With the line containing "v -3.945 -9 -24.048" as the start and the line containing "v -14.433 -9 14.182" as the end, transcribe that span of the entries below exactly, including both.

______

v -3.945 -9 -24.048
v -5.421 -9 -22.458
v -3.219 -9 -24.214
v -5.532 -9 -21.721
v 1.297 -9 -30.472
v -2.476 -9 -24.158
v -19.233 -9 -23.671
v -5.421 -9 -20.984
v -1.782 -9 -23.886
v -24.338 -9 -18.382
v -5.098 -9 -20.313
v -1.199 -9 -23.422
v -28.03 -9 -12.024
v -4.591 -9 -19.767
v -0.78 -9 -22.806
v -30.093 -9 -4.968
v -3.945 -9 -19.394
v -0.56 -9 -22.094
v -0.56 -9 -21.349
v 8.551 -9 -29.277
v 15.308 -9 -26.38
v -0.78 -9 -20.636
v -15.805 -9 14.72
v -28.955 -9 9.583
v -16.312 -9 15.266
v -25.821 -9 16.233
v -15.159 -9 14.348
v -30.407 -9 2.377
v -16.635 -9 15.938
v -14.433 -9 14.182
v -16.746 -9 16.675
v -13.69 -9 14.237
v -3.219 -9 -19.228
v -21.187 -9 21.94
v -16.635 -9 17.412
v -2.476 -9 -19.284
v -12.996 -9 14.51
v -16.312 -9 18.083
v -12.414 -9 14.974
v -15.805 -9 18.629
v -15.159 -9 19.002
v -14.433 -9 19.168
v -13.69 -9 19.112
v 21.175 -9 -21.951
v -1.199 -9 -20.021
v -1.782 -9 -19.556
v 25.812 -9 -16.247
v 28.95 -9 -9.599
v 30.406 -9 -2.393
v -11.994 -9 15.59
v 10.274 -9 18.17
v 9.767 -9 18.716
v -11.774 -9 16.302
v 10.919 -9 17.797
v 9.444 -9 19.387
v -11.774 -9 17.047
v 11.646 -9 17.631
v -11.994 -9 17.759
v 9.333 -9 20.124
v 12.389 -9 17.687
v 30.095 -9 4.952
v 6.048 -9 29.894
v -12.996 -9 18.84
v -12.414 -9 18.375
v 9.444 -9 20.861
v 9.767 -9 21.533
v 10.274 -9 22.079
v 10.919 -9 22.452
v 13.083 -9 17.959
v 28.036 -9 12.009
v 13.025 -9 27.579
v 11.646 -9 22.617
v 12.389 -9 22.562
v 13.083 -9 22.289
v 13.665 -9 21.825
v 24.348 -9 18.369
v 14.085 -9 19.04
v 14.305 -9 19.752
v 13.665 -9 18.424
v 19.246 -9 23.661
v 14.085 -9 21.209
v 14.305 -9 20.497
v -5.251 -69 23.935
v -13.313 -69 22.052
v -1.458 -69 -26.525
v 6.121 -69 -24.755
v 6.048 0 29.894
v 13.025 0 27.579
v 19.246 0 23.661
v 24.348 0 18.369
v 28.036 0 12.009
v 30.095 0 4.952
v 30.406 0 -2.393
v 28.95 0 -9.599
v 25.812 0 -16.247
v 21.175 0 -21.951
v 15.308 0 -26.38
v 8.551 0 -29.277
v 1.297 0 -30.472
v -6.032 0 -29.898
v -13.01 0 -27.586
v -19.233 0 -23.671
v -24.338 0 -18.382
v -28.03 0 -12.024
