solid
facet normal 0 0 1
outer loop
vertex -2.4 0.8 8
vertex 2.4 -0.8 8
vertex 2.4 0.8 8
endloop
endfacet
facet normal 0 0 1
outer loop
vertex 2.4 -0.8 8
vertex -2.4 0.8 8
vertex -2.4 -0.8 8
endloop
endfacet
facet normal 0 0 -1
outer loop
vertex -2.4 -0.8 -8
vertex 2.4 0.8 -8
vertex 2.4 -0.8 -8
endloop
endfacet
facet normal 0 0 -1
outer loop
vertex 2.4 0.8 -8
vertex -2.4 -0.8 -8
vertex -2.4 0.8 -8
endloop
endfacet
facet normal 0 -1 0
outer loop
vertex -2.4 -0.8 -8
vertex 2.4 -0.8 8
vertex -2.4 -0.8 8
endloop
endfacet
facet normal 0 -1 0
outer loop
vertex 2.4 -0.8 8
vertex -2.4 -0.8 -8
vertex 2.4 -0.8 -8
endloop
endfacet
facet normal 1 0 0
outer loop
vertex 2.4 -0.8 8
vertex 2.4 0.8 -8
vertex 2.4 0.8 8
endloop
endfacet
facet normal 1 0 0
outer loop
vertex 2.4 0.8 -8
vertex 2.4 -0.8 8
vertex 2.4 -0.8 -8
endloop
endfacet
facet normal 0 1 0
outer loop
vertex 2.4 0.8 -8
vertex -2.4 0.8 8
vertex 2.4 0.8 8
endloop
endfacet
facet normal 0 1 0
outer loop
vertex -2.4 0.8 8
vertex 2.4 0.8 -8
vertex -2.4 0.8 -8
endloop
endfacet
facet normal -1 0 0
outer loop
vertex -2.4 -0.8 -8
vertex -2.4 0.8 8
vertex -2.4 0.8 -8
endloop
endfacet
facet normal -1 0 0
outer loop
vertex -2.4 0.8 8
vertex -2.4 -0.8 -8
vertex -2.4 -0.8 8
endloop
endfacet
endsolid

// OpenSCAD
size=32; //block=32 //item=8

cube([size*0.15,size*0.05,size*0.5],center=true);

______

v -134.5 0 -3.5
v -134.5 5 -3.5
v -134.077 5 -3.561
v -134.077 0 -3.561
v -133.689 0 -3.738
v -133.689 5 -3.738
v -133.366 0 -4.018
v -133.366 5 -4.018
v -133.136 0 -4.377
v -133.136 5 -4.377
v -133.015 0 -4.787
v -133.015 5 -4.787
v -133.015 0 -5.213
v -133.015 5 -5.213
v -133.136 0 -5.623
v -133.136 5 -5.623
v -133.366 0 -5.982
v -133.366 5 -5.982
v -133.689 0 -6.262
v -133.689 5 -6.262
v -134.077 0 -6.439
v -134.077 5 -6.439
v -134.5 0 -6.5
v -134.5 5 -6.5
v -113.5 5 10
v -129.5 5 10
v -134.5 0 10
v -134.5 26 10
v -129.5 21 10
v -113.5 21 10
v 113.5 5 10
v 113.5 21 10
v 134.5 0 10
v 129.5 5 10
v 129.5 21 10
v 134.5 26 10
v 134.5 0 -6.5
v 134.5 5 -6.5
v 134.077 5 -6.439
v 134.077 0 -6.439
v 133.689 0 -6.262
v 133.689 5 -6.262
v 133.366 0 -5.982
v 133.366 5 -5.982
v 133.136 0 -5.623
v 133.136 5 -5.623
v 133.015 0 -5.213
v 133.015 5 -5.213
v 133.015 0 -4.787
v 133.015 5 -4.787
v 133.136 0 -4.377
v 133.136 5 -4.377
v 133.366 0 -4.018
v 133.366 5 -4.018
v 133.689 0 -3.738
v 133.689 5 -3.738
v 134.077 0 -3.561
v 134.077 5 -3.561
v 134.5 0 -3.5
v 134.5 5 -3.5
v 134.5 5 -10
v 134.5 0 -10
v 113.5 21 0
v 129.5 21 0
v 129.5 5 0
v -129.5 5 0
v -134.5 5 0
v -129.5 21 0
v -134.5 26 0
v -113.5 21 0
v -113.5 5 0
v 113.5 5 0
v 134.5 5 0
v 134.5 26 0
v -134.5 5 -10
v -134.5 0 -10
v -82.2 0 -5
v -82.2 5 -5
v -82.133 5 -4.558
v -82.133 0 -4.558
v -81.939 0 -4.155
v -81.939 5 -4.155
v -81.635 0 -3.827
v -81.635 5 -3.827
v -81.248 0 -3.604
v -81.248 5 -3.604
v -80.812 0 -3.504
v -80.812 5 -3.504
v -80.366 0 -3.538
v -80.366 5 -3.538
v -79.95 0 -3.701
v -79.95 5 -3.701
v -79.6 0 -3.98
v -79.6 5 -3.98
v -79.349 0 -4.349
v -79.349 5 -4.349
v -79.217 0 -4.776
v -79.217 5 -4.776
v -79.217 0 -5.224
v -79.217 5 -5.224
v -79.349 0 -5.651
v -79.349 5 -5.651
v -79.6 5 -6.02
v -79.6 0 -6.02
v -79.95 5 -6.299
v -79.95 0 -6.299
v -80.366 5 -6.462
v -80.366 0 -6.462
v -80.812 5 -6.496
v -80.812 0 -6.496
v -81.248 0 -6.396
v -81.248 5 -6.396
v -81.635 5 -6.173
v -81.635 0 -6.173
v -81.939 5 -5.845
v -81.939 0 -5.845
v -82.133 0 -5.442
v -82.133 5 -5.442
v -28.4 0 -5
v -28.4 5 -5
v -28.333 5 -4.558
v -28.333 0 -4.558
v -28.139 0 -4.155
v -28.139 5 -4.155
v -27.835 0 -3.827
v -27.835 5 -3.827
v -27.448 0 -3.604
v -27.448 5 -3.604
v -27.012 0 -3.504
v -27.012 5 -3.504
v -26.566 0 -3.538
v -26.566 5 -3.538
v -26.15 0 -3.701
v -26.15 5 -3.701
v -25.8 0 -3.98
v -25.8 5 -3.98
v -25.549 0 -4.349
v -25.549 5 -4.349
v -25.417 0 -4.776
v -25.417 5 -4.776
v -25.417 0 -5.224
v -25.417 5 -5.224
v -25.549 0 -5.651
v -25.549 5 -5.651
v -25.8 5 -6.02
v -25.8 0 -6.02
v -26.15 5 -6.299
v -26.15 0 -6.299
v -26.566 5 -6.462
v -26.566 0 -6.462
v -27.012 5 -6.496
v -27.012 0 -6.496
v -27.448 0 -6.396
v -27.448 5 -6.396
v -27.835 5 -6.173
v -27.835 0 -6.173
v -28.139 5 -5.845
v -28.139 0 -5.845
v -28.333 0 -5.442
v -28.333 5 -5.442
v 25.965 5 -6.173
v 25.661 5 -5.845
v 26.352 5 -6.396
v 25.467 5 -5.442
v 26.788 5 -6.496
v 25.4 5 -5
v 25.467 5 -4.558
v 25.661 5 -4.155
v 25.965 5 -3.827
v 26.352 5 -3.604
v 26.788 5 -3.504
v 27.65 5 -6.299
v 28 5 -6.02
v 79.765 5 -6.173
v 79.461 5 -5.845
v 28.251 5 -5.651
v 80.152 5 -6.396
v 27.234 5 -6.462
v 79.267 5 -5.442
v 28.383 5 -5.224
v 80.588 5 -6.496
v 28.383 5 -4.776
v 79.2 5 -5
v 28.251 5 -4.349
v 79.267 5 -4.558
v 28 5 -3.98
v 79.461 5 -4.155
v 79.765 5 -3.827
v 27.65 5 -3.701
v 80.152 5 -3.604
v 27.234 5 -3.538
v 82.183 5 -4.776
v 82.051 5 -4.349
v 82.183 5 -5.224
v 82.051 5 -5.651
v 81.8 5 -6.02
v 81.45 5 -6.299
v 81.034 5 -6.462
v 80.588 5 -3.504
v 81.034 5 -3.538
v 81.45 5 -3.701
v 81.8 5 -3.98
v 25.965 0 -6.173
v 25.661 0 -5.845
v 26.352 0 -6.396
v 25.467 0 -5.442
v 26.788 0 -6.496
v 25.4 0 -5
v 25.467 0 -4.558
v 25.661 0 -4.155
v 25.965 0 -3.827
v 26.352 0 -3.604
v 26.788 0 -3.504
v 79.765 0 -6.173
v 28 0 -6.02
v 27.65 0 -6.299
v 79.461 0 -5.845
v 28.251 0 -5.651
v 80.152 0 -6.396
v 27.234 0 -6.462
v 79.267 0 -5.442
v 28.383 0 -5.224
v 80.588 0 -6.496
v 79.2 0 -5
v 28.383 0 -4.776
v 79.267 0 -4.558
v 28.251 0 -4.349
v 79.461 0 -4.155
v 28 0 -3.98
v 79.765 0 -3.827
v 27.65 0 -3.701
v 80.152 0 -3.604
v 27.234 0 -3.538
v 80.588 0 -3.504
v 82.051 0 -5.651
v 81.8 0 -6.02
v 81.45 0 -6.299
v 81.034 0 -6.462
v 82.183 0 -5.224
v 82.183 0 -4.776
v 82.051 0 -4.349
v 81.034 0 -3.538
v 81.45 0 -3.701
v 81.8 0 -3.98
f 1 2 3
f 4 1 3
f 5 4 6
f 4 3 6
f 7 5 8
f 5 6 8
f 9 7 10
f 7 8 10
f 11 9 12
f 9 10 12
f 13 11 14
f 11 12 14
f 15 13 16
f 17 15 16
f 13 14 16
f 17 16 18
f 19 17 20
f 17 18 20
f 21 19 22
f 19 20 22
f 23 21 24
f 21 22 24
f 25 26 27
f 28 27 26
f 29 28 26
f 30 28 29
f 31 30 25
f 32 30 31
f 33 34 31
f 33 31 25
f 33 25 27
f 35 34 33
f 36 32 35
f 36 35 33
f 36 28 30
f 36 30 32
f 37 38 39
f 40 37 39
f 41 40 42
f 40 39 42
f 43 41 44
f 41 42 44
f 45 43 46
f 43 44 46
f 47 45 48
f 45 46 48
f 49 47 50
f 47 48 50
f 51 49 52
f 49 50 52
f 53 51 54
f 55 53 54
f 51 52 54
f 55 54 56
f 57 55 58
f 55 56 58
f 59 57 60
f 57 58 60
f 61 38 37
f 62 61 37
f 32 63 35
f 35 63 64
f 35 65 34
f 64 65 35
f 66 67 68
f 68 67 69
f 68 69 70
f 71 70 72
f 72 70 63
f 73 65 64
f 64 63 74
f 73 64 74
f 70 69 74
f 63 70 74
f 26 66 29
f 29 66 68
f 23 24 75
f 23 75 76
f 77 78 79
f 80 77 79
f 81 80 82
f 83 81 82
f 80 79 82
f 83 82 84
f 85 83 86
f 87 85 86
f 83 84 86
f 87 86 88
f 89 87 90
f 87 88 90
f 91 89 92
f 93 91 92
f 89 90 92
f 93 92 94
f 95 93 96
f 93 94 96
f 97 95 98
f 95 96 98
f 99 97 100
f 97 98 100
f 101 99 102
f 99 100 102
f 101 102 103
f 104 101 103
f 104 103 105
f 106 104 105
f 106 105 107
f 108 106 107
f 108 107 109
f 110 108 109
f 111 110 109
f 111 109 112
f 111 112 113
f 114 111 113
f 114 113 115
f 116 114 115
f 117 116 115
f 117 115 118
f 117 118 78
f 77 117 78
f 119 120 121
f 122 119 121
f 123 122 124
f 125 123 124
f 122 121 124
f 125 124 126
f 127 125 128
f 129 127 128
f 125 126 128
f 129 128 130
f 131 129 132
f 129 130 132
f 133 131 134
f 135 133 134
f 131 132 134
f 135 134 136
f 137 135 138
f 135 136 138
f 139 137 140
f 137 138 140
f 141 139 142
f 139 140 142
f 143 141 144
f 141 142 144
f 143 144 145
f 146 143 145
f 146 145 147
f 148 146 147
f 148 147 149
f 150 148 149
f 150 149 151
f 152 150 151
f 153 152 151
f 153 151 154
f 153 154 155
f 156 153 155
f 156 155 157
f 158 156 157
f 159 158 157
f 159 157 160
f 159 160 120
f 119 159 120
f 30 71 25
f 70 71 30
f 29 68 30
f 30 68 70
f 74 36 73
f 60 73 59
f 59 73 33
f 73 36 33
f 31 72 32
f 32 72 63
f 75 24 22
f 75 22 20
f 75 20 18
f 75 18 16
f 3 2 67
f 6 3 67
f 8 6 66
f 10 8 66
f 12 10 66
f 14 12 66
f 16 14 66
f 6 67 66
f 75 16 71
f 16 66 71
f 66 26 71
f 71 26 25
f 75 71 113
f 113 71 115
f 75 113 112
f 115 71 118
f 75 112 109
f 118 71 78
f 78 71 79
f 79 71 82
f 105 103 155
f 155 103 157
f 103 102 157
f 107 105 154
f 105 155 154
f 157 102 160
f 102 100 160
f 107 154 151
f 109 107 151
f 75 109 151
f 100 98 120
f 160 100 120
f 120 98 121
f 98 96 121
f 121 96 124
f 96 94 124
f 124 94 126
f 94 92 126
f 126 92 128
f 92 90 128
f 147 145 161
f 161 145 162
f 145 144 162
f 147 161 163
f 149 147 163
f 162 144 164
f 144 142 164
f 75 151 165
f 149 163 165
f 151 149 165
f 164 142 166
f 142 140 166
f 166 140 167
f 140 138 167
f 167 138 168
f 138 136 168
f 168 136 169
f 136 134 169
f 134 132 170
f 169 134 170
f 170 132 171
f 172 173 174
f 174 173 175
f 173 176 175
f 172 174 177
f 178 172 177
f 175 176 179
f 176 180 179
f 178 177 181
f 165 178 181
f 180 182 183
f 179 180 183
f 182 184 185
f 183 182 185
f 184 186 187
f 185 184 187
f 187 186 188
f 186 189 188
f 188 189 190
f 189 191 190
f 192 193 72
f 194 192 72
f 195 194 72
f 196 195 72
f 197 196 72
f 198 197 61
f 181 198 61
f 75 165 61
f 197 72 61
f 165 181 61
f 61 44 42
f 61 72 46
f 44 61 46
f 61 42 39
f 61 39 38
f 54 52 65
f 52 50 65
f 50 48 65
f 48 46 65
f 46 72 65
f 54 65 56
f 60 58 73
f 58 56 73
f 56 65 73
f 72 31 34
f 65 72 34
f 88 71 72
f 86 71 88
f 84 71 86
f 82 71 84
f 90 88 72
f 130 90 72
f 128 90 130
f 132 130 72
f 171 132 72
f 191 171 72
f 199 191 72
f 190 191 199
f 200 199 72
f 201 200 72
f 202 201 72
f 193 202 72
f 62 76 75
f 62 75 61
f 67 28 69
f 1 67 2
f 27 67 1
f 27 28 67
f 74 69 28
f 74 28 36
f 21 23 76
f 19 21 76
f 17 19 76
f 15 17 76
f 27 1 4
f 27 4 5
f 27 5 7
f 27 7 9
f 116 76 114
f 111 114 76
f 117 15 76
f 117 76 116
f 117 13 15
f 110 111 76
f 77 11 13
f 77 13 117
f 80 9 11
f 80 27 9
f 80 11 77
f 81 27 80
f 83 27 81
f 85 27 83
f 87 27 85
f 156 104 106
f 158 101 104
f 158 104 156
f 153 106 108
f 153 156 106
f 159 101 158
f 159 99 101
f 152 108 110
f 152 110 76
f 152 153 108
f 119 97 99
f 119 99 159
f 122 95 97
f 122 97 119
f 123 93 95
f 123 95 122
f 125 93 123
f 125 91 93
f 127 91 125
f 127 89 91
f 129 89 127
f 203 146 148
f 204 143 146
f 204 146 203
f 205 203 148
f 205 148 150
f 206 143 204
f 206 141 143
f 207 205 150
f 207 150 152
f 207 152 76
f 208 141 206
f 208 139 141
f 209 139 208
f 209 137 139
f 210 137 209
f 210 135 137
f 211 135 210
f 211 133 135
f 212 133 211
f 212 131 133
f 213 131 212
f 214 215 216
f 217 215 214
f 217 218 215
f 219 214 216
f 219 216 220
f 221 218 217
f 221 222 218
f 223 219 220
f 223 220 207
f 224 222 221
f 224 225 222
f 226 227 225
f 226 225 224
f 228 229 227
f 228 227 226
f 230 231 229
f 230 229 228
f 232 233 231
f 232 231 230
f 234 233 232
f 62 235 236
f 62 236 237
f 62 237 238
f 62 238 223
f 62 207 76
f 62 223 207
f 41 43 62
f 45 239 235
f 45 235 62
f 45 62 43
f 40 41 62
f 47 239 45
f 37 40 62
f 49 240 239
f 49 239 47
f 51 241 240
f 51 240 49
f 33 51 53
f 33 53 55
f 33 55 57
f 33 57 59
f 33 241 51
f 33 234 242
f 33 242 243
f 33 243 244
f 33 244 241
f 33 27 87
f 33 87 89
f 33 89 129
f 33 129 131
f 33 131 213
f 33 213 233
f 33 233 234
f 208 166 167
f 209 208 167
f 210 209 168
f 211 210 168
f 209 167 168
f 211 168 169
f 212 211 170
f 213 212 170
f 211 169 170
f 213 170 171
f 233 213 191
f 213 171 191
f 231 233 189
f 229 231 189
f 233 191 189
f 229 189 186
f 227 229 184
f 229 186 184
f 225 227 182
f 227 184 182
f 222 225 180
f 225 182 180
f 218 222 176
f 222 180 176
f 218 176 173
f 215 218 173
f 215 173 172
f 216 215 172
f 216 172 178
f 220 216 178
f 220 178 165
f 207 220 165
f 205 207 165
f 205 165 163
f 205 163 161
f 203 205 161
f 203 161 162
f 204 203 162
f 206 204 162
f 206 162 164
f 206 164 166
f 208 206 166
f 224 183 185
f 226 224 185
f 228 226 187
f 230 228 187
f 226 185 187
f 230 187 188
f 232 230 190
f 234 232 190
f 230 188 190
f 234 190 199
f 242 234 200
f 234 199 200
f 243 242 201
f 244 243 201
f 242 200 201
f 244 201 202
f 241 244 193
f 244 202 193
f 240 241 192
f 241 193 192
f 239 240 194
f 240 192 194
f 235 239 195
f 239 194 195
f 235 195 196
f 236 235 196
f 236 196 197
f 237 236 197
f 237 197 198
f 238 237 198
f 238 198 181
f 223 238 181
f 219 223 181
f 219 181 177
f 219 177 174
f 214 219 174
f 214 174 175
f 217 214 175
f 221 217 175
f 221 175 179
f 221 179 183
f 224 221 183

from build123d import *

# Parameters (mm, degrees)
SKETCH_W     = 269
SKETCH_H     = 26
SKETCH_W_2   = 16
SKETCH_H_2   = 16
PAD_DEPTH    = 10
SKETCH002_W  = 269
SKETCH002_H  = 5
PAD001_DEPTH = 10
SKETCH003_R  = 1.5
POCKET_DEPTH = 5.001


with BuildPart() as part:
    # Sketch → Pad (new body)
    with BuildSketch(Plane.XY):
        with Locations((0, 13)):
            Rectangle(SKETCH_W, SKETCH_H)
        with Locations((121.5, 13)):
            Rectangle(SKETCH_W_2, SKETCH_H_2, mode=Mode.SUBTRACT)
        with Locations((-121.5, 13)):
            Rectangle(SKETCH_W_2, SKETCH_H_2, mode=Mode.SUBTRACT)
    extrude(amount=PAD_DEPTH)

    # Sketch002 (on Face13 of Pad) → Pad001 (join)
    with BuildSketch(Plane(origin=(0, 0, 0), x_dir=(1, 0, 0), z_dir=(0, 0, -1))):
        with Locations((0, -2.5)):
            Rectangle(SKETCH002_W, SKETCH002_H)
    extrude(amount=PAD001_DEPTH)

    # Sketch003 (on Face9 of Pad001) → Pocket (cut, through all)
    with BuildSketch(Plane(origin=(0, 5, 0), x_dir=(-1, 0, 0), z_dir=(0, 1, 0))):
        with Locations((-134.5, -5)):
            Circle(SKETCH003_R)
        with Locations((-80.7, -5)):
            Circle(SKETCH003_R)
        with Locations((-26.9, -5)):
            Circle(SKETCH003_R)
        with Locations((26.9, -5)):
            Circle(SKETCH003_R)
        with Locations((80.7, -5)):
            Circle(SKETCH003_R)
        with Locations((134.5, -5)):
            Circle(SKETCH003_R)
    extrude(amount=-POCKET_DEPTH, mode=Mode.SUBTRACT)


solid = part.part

______

■ PROBLEM SOLUTION:
v -3.945 -9 -24.048
v -5.421 -9 -22.458
v -3.219 -9 -24.214
v -5.532 -9 -21.721
v 1.297 -9 -30.472
v -2.476 -9 -24.158
v -19.233 -9 -23.671
v -5.421 -9 -20.984
v -1.782 -9 -23.886
v -24.338 -9 -18.382
v -5.098 -9 -20.313
v -1.199 -9 -23.422
v -28.03 -9 -12.024
v -4.591 -9 -19.767
v -0.78 -9 -22.806
v -30.093 -9 -4.968
v -3.945 -9 -19.394
v -0.56 -9 -22.094
v -0.56 -9 -21.349
v 8.551 -9 -29.277
v 15.308 -9 -26.38
v -0.78 -9 -20.636
v -15.805 -9 14.72
v -28.955 -9 9.583
v -16.312 -9 15.266
v -25.821 -9 16.233
v -15.159 -9 14.348
v -30.407 -9 2.377
v -16.635 -9 15.938
v -14.433 -9 14.182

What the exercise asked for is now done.